Hoping I am not entering some kind of mechanical downward spiral with this e-bike.


----------



## PierreR (May 17, 2012)

There are a number of reasons you might be experiencing this. You may be hitting thermal overload in the motor and the controller is protecting the motor core. Another possibility is a loose connection to one of the sensors or a loose sensor itself. Most likely sensor is the brake sensors followed by the torque sensor. If it happens when you first start out a ride and the bike is cold I would suspect the sensor problem but if you have been hammering for a while, I would suspect the thermal overload protection. Last but least likely is the controller itself might be going bad.
Being very aware of what you are doing at the time of the problem can go a long ways to solving this. What are you doing with your hands. Are you riding the brake levers very softly? Are you really torqueing the pedals? Were you climbing at high power slowly? Are your screen readouts normal or giving some type of signal? Are you getting a diagnostic code? That type of thing.


----------



## mtnbkrmike (Mar 26, 2015)

PierreR said:


> There are a number of reasons you might be experiencing this. You may be hitting thermal overload in the motor and the controller is protecting the motor core. Another possibility is a loose connection to one of the sensors or a loose sensor itself. Most likely sensor is the brake sensors followed by the torque sensor. If it happens when you first start out a ride and the bike is cold I would suspect the sensor problem but if you have been hammering for a while, I would suspect the thermal overload protection. Last but least likely is the controller itself might be going bad.
> Being very aware of what you are doing at the time of the problem can go a long ways to solving this. What are you doing with your hands. Are you riding the brake levers very softly? Are you really torqueing the pedals? Were you climbing at high power slowly? That type of thing.
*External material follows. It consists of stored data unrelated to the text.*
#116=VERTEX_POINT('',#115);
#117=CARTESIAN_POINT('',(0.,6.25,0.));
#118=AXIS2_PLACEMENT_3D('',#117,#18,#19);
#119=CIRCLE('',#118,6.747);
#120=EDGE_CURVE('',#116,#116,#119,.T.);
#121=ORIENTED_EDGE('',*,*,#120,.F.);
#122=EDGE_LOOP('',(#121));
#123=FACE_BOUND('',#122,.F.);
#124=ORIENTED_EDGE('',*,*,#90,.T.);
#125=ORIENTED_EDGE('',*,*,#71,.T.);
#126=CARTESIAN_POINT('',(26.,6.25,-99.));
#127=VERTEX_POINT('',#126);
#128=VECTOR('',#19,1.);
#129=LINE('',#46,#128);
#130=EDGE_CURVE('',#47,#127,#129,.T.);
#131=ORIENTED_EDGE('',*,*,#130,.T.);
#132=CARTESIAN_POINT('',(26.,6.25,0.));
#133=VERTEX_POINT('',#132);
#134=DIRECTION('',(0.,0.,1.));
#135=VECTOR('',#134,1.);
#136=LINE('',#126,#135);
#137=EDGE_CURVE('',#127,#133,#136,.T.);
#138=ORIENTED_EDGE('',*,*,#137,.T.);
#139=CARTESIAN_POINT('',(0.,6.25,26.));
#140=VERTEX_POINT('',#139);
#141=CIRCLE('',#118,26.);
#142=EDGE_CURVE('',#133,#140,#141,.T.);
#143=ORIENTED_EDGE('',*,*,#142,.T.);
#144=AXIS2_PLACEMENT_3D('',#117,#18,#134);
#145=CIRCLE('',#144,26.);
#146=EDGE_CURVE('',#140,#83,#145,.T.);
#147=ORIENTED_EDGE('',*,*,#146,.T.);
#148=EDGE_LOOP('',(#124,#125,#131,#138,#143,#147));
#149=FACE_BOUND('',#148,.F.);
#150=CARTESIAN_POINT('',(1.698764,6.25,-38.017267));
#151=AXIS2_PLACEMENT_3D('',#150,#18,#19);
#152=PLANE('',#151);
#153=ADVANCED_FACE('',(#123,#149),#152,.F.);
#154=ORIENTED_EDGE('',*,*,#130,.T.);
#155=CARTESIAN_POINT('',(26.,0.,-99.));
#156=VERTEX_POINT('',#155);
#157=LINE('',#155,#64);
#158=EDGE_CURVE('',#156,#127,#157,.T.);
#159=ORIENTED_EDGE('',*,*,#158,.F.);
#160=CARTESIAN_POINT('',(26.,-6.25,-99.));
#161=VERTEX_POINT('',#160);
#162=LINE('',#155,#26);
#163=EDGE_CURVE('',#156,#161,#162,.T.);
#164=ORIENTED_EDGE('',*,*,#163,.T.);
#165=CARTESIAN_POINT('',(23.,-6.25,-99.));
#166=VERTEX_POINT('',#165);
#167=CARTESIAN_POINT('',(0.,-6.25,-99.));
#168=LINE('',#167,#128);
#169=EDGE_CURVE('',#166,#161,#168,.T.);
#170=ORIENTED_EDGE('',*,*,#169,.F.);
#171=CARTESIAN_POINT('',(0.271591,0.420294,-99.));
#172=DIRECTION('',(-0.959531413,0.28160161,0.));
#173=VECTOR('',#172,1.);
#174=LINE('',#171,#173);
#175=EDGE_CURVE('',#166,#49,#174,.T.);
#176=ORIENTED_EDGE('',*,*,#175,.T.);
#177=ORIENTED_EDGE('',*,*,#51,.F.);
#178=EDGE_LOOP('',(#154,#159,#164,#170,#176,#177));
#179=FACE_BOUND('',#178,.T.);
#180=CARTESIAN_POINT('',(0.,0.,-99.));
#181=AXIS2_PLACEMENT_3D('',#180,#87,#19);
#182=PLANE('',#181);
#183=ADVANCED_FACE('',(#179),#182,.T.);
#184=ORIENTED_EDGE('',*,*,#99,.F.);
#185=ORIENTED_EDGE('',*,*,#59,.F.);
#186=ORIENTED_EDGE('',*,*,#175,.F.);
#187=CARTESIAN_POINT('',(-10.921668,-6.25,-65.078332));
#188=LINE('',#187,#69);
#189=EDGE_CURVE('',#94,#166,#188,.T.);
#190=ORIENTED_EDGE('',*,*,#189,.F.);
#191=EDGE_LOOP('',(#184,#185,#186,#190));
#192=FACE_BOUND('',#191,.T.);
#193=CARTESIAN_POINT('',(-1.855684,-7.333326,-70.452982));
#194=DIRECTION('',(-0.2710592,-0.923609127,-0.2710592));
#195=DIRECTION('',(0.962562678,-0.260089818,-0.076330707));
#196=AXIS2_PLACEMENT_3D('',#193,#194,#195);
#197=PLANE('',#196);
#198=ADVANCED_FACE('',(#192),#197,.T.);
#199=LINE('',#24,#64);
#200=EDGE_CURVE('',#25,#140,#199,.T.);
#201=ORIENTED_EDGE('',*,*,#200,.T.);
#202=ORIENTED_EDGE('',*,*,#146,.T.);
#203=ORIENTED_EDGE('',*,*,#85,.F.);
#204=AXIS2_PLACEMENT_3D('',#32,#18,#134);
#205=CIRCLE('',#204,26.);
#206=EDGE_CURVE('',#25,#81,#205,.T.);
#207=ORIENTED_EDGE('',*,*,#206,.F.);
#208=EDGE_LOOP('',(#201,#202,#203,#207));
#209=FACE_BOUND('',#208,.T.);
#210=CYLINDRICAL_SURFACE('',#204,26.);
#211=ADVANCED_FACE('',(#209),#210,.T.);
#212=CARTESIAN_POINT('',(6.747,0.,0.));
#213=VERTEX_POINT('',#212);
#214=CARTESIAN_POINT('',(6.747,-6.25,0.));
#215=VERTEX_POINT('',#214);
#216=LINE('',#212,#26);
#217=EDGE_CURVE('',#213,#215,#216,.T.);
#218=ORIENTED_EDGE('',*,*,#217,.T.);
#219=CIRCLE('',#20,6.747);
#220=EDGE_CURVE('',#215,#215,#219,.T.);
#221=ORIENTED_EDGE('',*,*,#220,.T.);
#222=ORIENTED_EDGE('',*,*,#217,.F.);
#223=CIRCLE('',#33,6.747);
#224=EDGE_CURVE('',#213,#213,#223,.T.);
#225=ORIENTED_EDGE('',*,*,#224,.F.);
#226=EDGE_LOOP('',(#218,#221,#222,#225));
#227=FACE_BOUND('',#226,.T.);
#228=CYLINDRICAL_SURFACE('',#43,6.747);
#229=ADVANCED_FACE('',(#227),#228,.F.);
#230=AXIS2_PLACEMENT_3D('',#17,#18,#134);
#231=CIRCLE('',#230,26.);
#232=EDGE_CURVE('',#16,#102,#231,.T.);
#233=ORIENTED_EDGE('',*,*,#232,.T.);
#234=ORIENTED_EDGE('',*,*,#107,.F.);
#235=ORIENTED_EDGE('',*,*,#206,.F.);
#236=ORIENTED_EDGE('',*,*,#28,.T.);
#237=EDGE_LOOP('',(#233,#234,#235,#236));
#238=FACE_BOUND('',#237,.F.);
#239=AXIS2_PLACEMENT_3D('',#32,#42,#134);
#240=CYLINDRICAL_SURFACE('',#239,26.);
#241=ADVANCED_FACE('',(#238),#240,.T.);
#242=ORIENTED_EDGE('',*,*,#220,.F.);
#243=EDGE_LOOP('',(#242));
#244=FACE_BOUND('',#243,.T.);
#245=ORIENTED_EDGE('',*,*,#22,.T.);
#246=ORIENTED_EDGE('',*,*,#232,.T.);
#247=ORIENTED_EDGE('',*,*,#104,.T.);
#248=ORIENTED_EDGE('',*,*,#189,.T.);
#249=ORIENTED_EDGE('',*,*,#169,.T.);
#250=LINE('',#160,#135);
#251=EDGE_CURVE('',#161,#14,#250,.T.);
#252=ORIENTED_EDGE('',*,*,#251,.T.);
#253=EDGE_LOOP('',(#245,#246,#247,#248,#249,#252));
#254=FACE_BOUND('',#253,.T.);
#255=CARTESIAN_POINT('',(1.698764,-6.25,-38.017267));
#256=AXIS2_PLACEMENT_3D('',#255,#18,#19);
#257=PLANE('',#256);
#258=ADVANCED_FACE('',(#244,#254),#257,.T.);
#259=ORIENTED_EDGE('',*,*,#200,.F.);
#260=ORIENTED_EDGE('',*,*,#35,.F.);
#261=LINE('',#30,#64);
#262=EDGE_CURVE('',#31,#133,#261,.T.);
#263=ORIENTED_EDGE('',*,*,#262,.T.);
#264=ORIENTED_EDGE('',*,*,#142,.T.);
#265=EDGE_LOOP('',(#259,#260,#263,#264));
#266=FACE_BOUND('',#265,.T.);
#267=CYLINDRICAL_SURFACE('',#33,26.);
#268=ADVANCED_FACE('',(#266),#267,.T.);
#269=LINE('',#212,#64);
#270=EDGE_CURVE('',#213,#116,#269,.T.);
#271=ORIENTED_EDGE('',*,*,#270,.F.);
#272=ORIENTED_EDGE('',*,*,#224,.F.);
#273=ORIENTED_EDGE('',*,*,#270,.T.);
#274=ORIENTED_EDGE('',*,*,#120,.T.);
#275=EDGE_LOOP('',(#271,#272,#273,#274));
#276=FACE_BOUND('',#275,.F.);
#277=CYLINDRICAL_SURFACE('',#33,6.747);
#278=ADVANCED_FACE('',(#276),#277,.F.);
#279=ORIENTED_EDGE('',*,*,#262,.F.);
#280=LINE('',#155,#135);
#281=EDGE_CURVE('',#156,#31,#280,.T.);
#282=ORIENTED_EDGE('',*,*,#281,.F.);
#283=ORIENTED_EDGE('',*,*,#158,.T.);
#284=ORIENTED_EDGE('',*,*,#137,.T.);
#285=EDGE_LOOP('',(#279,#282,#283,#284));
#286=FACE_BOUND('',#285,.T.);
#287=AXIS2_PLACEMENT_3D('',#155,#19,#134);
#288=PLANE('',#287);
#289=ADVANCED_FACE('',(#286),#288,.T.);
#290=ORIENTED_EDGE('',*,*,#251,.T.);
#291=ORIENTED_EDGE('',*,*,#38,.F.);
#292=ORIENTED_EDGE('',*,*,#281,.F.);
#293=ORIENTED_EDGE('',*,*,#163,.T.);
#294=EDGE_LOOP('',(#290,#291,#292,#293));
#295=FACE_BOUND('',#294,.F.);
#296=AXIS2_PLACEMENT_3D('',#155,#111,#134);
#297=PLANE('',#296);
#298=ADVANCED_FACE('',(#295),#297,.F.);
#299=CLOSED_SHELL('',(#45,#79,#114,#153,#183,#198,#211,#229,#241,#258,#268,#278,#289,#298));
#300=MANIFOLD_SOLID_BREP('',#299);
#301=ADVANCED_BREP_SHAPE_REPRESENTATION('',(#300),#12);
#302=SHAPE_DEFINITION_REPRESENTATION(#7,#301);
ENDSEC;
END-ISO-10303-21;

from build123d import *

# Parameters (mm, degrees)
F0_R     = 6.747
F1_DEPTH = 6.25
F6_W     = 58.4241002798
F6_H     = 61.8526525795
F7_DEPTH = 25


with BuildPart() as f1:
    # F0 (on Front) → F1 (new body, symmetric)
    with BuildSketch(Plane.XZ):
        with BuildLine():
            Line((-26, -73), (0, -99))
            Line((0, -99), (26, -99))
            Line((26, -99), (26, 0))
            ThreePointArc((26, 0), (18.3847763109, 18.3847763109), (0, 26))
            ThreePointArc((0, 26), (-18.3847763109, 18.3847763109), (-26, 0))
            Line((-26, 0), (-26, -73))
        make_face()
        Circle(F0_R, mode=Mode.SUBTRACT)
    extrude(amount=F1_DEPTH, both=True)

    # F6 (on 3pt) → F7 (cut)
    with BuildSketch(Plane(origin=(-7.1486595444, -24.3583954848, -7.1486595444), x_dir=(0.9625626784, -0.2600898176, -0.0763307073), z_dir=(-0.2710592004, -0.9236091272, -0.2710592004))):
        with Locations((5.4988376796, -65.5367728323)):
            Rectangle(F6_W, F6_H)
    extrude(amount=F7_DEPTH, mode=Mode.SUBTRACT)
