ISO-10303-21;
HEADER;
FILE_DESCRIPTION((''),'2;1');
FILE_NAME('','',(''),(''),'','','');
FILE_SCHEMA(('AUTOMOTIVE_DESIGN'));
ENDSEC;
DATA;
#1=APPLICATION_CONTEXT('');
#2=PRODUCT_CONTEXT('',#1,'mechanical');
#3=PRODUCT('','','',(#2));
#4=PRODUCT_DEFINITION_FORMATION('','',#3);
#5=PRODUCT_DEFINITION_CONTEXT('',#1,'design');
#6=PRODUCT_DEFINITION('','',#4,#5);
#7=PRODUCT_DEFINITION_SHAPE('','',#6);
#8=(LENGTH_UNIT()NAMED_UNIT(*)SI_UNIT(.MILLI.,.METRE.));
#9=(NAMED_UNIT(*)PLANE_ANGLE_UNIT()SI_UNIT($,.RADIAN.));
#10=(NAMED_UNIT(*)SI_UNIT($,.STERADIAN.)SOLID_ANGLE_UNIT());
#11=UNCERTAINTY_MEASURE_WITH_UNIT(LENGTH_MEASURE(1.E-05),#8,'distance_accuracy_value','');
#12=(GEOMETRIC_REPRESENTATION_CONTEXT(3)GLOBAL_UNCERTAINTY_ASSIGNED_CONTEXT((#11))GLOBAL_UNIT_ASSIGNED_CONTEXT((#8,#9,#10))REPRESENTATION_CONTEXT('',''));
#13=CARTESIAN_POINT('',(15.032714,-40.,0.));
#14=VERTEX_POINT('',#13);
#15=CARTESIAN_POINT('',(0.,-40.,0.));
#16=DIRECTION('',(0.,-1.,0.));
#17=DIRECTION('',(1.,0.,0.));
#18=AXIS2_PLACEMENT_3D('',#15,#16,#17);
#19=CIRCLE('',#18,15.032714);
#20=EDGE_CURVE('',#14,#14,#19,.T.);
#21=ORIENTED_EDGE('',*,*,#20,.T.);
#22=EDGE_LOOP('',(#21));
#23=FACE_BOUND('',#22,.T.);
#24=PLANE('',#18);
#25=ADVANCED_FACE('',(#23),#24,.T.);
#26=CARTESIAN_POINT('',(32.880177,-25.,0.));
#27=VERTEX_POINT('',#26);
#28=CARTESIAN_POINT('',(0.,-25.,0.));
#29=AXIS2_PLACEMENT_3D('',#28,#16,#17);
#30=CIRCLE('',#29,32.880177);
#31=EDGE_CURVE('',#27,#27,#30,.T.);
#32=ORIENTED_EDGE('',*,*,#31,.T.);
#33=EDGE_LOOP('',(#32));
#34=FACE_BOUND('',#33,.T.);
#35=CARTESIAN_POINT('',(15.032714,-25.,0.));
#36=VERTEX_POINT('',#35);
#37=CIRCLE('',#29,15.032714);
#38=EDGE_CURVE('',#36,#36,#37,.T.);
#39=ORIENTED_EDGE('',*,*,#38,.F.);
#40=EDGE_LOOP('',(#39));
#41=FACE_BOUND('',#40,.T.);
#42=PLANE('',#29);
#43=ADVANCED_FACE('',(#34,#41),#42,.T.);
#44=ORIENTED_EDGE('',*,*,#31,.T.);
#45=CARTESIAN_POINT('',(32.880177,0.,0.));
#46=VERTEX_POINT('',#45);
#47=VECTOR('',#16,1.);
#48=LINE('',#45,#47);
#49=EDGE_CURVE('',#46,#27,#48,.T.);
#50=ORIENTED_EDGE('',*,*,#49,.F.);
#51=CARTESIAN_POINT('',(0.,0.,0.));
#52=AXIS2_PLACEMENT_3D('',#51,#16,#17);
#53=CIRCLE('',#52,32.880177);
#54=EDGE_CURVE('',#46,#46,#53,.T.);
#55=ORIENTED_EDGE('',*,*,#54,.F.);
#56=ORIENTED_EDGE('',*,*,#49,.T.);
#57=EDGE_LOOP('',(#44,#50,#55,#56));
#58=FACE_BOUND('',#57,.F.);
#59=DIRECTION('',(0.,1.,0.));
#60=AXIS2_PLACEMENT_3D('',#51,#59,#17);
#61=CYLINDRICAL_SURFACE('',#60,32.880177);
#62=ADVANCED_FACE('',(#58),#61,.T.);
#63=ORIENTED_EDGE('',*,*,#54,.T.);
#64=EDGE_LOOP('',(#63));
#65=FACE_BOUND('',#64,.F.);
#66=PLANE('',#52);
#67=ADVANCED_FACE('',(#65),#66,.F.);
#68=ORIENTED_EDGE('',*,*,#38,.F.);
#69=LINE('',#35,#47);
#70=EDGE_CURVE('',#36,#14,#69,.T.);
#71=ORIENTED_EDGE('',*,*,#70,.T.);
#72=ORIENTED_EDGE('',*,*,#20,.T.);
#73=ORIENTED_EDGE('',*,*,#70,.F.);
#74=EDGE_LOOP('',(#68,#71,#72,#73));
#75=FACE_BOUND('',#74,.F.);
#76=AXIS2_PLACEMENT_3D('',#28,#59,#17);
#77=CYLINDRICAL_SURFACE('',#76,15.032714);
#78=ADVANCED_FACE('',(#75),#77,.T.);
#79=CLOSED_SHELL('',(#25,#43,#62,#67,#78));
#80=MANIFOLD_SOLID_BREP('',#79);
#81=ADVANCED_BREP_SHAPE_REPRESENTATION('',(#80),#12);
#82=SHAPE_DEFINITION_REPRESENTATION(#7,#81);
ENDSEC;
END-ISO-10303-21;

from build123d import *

# Parameters (mm, degrees)
F0_R     = 32.880177
F2_DEPTH = 25
F1_R     = 23.131498
F3_DEPTH = 15
F4_R     = 15.032714
F5_DEPTH = 15


with BuildPart() as f2:
    # F0 (on Front) → F2 (new body)
    with BuildSketch(Plane.XZ):
        Circle(F0_R)
    extrude(amount=F2_DEPTH)

    # F1 (on Front) → F3 (join)
    with BuildSketch(Plane.XZ):
        Circle(F1_R)
    extrude(amount=F3_DEPTH)

    # F4 (on face) → F5 (join)
    with BuildSketch(Plane.XZ.offset(25)):
        Circle(F4_R)
    extrude(amount=F5_DEPTH)


solid = f2.part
Thank you for your help. I super appreciate it.

Yesterday it was about zero C or 32 F. I had been riding for about a half hour before I noticed it. No brake pressure at the time - fingers not on the levers at all. It only happened in high cadence, balls to the wall hammering. I first noticed it climbing up a series of snow drifts. When it happened the first time, it startled me, since it felt like the bike got stuck in what felt like quicksand.

I am an undiagnosed Covid sufferer (test mid Oct came back negative, despite mid 80s O2 sats, chest pain, extreme random SOB episodes, extreme fatigue, joint pain, chest congestion, prolonged cold symptoms, etc.). Yesterday was the first day since September that I was able to really rip for sustained periods. I just got the bikes in November. It may have been happening since day 1 since it was only yesterday that I could really hammer on it, although I highly doubt it (a couple of my buddies ripped it pretty hard and were thoroughly impressed; I did too when I could, and never noticed anything).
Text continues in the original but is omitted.